玛丽娜一脸震惊地看着我,捂住双嘴,都不知道该怎么组织语言。这小小的萌萌的软软的样子可真可爱,可爱到我忍不住伸出右手揉揉她的脑袋。
“不过你不也一样吗,你战斗的时候……是不是不穿鞋啊?那你怎么不伤脚的?”
“但是我的战衣其实很坚韧诶,而且……我的袜子好像就能像吸盘一样,让我在各种地形如履平地。”
她自信地拍拍胸脯,挺起那跟我一个水准的胸膛,自信地冲我眯眼翘嘴。
“所以我们两个一个靠变异一个靠免疫是吧?”
“你这么理解的话……好像有点道理呢,卡门小姐。”
“挺好的。”
如果生活中每时每刻都像现在这样,在平淡中有点幽默的浪花,在陪伴中沐浴着光耀绚烂的太阳色彩,该多好。只可惜这相聚的时光如此短暂,在导航的倒计时上,马上就要迎来分别的尾声。
转过街角,走出灿烂的圣光,重新沐浴那皎白的明月,来到那人影稀疏的街道,玛丽娜家的糕点店已然跃动眼帘。
“再看导航就不礼貌了,卡门小姐。”
“我都来你家好几次了,我肯定记得的——倒是今晚该怎么跟你爸妈狡辩啊?”
“反正我周末经常厮混到这个点回家,上午的事情随便编编,下午的事情如实说不就可以了,我们都把你当自己人了。”
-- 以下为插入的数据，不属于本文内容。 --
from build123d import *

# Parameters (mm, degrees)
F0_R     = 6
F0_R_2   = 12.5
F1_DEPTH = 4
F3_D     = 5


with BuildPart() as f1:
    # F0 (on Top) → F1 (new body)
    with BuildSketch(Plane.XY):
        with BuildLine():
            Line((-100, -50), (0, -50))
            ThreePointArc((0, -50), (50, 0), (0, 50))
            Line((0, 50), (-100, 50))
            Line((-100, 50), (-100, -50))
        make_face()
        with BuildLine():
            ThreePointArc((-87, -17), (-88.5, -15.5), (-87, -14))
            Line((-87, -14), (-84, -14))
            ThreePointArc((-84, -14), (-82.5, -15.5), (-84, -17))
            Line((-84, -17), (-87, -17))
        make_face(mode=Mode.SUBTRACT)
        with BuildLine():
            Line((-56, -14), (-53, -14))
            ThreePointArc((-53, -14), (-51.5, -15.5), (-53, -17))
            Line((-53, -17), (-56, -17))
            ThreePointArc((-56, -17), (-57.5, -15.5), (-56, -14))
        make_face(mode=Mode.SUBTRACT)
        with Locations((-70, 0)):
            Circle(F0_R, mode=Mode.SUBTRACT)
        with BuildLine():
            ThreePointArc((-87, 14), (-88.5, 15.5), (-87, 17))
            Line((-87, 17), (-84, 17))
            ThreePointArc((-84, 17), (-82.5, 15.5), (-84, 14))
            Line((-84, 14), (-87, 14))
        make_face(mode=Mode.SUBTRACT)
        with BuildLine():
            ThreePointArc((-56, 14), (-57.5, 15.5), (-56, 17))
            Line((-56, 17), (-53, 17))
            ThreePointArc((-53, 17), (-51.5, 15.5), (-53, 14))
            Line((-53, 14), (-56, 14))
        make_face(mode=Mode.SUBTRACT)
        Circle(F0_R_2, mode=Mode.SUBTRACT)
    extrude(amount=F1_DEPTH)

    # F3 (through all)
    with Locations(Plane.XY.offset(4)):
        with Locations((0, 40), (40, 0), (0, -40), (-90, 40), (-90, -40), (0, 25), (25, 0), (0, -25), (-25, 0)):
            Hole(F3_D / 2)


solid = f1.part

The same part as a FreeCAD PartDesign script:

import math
import FreeCAD as App
import Part
import Sketcher
from FreeCAD import Vector

doc = App.newDocument("Part")
params = doc.addObject("Spreadsheet::Sheet", "Params")
for row, (alias, value) in enumerate([
    ("sketch1_diameter", "12 mm"),
    ("sketch1_diameter2", "25 mm"),
    ("sketch1_radius", "50 mm"),
    ("sketch1_radius2", "1.5 mm"),
    ("sketch1_width", "3 mm"),
    ("pad1_length", "4 mm"),
    ("sketch2_diameter", "5 mm"),
    ("hole_diameter", "5 mm"),
], start=1):
    params.set(f"A{row}", alias)
    params.set(f"B{row}", "=" + value)
    params.setAlias(f"B{row}", alias)

body = doc.addObject("PartDesign::Body", "Body")

# Sketch on XY plane
sketch1 = body.newObject("Sketcher::SketchObject", "Sketch")
sketch1.AttachmentSupport = (doc.getObject("XY_Plane"), [""])
sketch1.MapMode = "FlatFace"
sketch1.addGeometry([
    Part.LineSegment(Vector(-100, -50, 0), Vector(0, -50, 0)),  # 0
    Part.ArcOfCircle(Part.Circle(Vector(0, 0, 0), Vector(0, 0, 1), 50), math.radians(-90), math.radians(90)),  # 1
    Part.LineSegment(Vector(0, 50, 0), Vector(-100, 50, 0)),  # 2
    Part.LineSegment(Vector(-100, 50, 0), Vector(-100, -50, 0)),  # 3
    Part.LineSegment(Vector(-84, -17, 0), Vector(-87, -17, 0)),  # 4
    Part.ArcOfCircle(Part.Circle(Vector(-87, -15.5, 0), Vector(0, 0, 1), 1.5), math.radians(90), math.radians(270)),  # 5
    Part.LineSegment(Vector(-87, -14, 0), Vector(-84, -14, 0)),  # 6
    Part.ArcOfCircle(Part.Circle(Vector(-84, -15.5, 0), Vector(0, 0, 1), 1.5), math.radians(-90), math.radians(90)),  # 7
    Part.ArcOfCircle(Part.Circle(Vector(-56, -15.5, 0), Vector(0, 0, 1), 1.5), math.radians(90), math.radians(270)),  # 8
    Part.LineSegment(Vector(-56, -14, 0), Vector(-53, -14, 0)),  # 9
    Part.ArcOfCircle(Part.Circle(Vector(-53, -15.5, 0), Vector(0, 0, 1), 1.5), math.radians(-90), math.radians(90)),  # 10
    Part.LineSegment(Vector(-53, -17, 0), Vector(-56, -17, 0)),  # 11
    Part.Circle(Vector(-70, 0, 0), Vector(0, 0, 1), 6),  # 12
    Part.LineSegment(Vector(-84, 14, 0), Vector(-87, 14, 0)),  # 13
    Part.ArcOfCircle(Part.Circle(Vector(-87, 15.5, 0), Vector(0, 0, 1), 1.5), math.radians(90), math.radians(270)),  # 14
    Part.LineSegment(Vector(-87, 17, 0), Vector(-84, 17, 0)),  # 15
    Part.ArcOfCircle(Part.Circle(Vector(-84, 15.5, 0), Vector(0, 0, 1), 1.5), math.radians(-90), math.radians(90)),  # 16
    Part.LineSegment(Vector(-53, 14, 0), Vector(-56, 14, 0)),  # 17
    Part.ArcOfCircle(Part.Circle(Vector(-56, 15.5, 0), Vector(0, 0, 1), 1.5), math.radians(90), math.radians(270)),  # 18
    Part.LineSegment(Vector(-56, 17, 0), Vector(-53, 17, 0)),  # 19
    Part.ArcOfCircle(Part.Circle(Vector(-53, 15.5, 0), Vector(0, 0, 1), 1.5), math.radians(-90), math.radians(90)),  # 20
    Part.Circle(Vector(0, 0, 0), Vector(0, 0, 1), 12.5),  # 21
], False)
sketch1.addConstraint([
    Sketcher.Constraint("Tangent", 0, 2, 1, 1),
    Sketcher.Constraint("Tangent", 1, 2, 2, 1),
    Sketcher.Constraint("Coincident", 2, 2, 3, 1),
    Sketcher.Constraint("Coincident", 3, 2, 0, 1),
    Sketcher.Constraint("Tangent", 4, 2, 5, 2),
    Sketcher.Constraint("Tangent", 5, 1, 6, 1),
    Sketcher.Constraint("Tangent", 6, 2, 7, 2),
    Sketcher.Constraint("Tangent", 7, 1, 4, 1),
    Sketcher.Constraint("Tangent", 8, 1, 9, 1),
    Sketcher.Constraint("Tangent", 9, 2, 10, 2),
    Sketcher.Constraint("Tangent", 10, 1, 11, 1),
    Sketcher.Constraint("Tangent", 11, 2, 8, 2),
    Sketcher.Constraint("Tangent", 13, 2, 14, 2),
    Sketcher.Constraint("Tangent", 14, 1, 15, 1),
    Sketcher.Constraint("Tangent", 15, 2, 16, 2),
    Sketcher.Constraint("Tangent", 16, 1, 13, 1),
    Sketcher.Constraint("Tangent", 17, 2, 18, 2),
    Sketcher.Constraint("Tangent", 18, 1, 19, 1),
    Sketcher.Constraint("Tangent", 19, 2, 20, 2),
    Sketcher.Constraint("Tangent", 20, 1, 17, 1),
    Sketcher.Constraint("Horizontal", 0),
    Sketcher.Constraint("Horizontal", 2),
    Sketcher.Constraint("Vertical", 3),
    Sketcher.Constraint("Horizontal", 4),
    Sketcher.Constraint("Horizontal", 6),
    Sketcher.Constraint("Horizontal", 9),
    Sketcher.Constraint("Horizontal", 11),
    Sketcher.Constraint("Horizontal", 13),
    Sketcher.Constraint("Horizontal", 15),
    Sketcher.Constraint("Horizontal", 17),
    Sketcher.Constraint("Horizontal", 19),
    Sketcher.Constraint("Coincident", 1, 3, -1, 1),
    Sketcher.Constraint("Coincident", 21, 3, -1, 1),
    Sketcher.Constraint("Equal", 7, 8),
    Sketcher.Constraint("Equal", 10, 14),
    Sketcher.Constraint("Equal", 16, 18),
    Sketcher.Constraint("Symmetric", 5, 3, 14, 3, -1),
    Sketcher.Constraint("Symmetric", 8, 3, 18, 3, -1),
    Sketcher.Constraint("PointOnObject", 12, 3, -1),
    Sketcher.Constraint("Horizontal", 7, 3, 8, 3),
    Sketcher.Constraint("Vertical", 7, 3, 16, 3),
    Sketcher.Constraint("Vertical", 10, 3, 20, 3),
    Sketcher.Constraint("Equal", 6, 9),
    Sketcher.Constraint("Equal", 2, 3),
    Sketcher.Constraint("Diameter", 12, 12.0),
    Sketcher.Constraint("Diameter", 21, 25.0),
    Sketcher.Constraint("Radius", 1, 50.0),
    Sketcher.Constraint("Radius", 5, 1.5),
    Sketcher.Constraint("DistanceX", 4, 2, 4, 1, 3.0),
    Sketcher.Constraint("DistanceX", 5, 3, -1, 1, 87.0),
    Sketcher.Constraint("DistanceX", 8, 3, -1, 1, 56.0),
    Sketcher.Constraint("DistanceX", 12, 3, -1, 1, 70.0),
    Sketcher.Constraint("DistanceY", 4, 2, -1, 1, 17.0),
])
sketch1.setExpression("Constraints[44]", "Params.sketch1_diameter")
sketch1.setExpression("Constraints[45]", "Params.sketch1_diameter2")
sketch1.setExpression("Constraints[46]", "Params.sketch1_radius")
sketch1.setExpression("Constraints[47]", "Params.sketch1_radius2")
sketch1.setExpression("Constraints[48]", "Params.sketch1_width")
pad1 = body.newObject("PartDesign::Pad", "Pad")
pad1.Profile = sketch1
pad1.setExpression("Length", "Params.pad1_length")

# Sketch on XY plane
sketch2 = body.newObject("Sketcher::SketchObject", "Sketch001")
sketch2.AttachmentSupport = (doc.getObject("XY_Plane"), [""])
sketch2.MapMode = "FlatFace"
sketch2.AttachmentOffset = App.Placement(Vector(0, 0, 4), App.Rotation())
sketch2.addGeometry([
    Part.Circle(Vector(0, 40, 0), Vector(0, 0, 1), 2.5),  # 0
    Part.Circle(Vector(40, 0, 0), Vector(0, 0, 1), 2.5),  # 1
    Part.Circle(Vector(0, -40, 0), Vector(0, 0, 1), 2.5),  # 2
    Part.Circle(Vector(-90, 40, 0), Vector(0, 0, 1), 2.5),  # 3
    Part.Circle(Vector(-90, -40, 0), Vector(0, 0, 1), 2.5),  # 4
    Part.Circle(Vector(0, 25, 0), Vector(0, 0, 1), 2.5),  # 5
    Part.Circle(Vector(25, 0, 0), Vector(0, 0, 1), 2.5),  # 6
    Part.Circle(Vector(0, -25, 0), Vector(0, 0, 1), 2.5),  # 7
    Part.Circle(Vector(-25, 0, 0), Vector(0, 0, 1), 2.5),  # 8
], False)
sketch2.addConstraint([
    Sketcher.Constraint("Equal", 0, 1),
    Sketcher.Constraint("Equal", 1, 2),
    Sketcher.Constraint("Equal", 2, 3),
    Sketcher.Constraint("Equal", 3, 4),
    Sketcher.Constraint("Equal", 4, 5),
    Sketcher.Constraint("Equal", 5, 6),
    Sketcher.Constraint("Equal", 6, 7),
    Sketcher.Constraint("Equal", 7, 8),
    Sketcher.Constraint("Symmetric", 0, 3, 2, 3, -1, 1),
    Sketcher.Constraint("Symmetric", 5, 3, 7, 3, -1, 1),
    Sketcher.Constraint("Symmetric", 6, 3, 8, 3, -1, 1),
    Sketcher.Constraint("Symmetric", 3, 3, 4, 3, -1),
    Sketcher.Constraint("PointOnObject", 0, 3, -2),
    Sketcher.Constraint("PointOnObject", 1, 3, -1),
    Sketcher.Constraint("PointOnObject", 5, 3, -2),
    Sketcher.Constraint("PointOnObject", 6, 3, -1),
    Sketcher.Constraint("Horizontal", 0, 3, 3, 3),
    Sketcher.Constraint("Diameter", 0, 5.0),
    Sketcher.Constraint("DistanceY", -1, 1, 0, 3, 40.0),
    Sketcher.Constraint("DistanceX", -1, 1, 1, 3, 40.0),
    Sketcher.Constraint("DistanceX", 3, 3, -1, 1, 90.0),
    Sketcher.Constraint("DistanceY", -1, 1, 5, 3, 25.0),
    Sketcher.Constraint("DistanceX", -1, 1, 6, 3, 25.0),
])
sketch2.setExpression("Constraints[17]", "Params.sketch2_diameter")
doc.recompute()
hole = body.newObject("PartDesign::Hole", "Hole")
hole.Profile = sketch2
hole.ThreadType = "None"
hole.setExpression("Diameter", "Params.hole_diameter")
hole.DepthType = "ThroughAll"

doc.recompute()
她拉着我的手,穿过安全畅通的砖石街道,绕过辉光闪耀的路灯,拥抱逐渐清晰的月色。
“明天记得联系,还有最后一件事要办呢。”
“我知道,孙潘戈宝石,对吧?”
“明天和我切磋一番啊。”
“乐意奉陪。”
她转过头,对着我抱拳示礼。
“那,我先走咯。”
“去哪?”
玛丽娜歪歪脑袋,反而有些疑惑。她的身影被路灯的金黄与皎白的月光从正侧两面击中,如银镜撒上金缕,蓦然好似仙灵。
“去找个旅馆住啊。”
“为什么呢?”
“因为……”
等等,
玫瑰花可以移栽到七星瓢虫栖息的同一盆土壤中,不管她的根茎携带多少污泥,日月星辰流转的光阴与风雪雷电连携的水雨,总能将那污浊洗涤干净。
我看着眼前的少女,她的眼神清澈如泉涌,她的身姿招展如辰风。
“我们可以在一起啊,看,你知道那是我的家吧?”
我凝视着她灿烂的笑靥,一瞬间觉得她才应该是露天阳台下自在盛放的红玫。
“卡门小姐,我们,回家。”
“嗯,一起。”
“一起。”
手挽起手,脚夹着脚,衣袖拂过衣袖,面孔掩映面孔,微笑烘托着微笑,眼眸对答着眼眸。
心之所在,即是睡梦中温暖的家。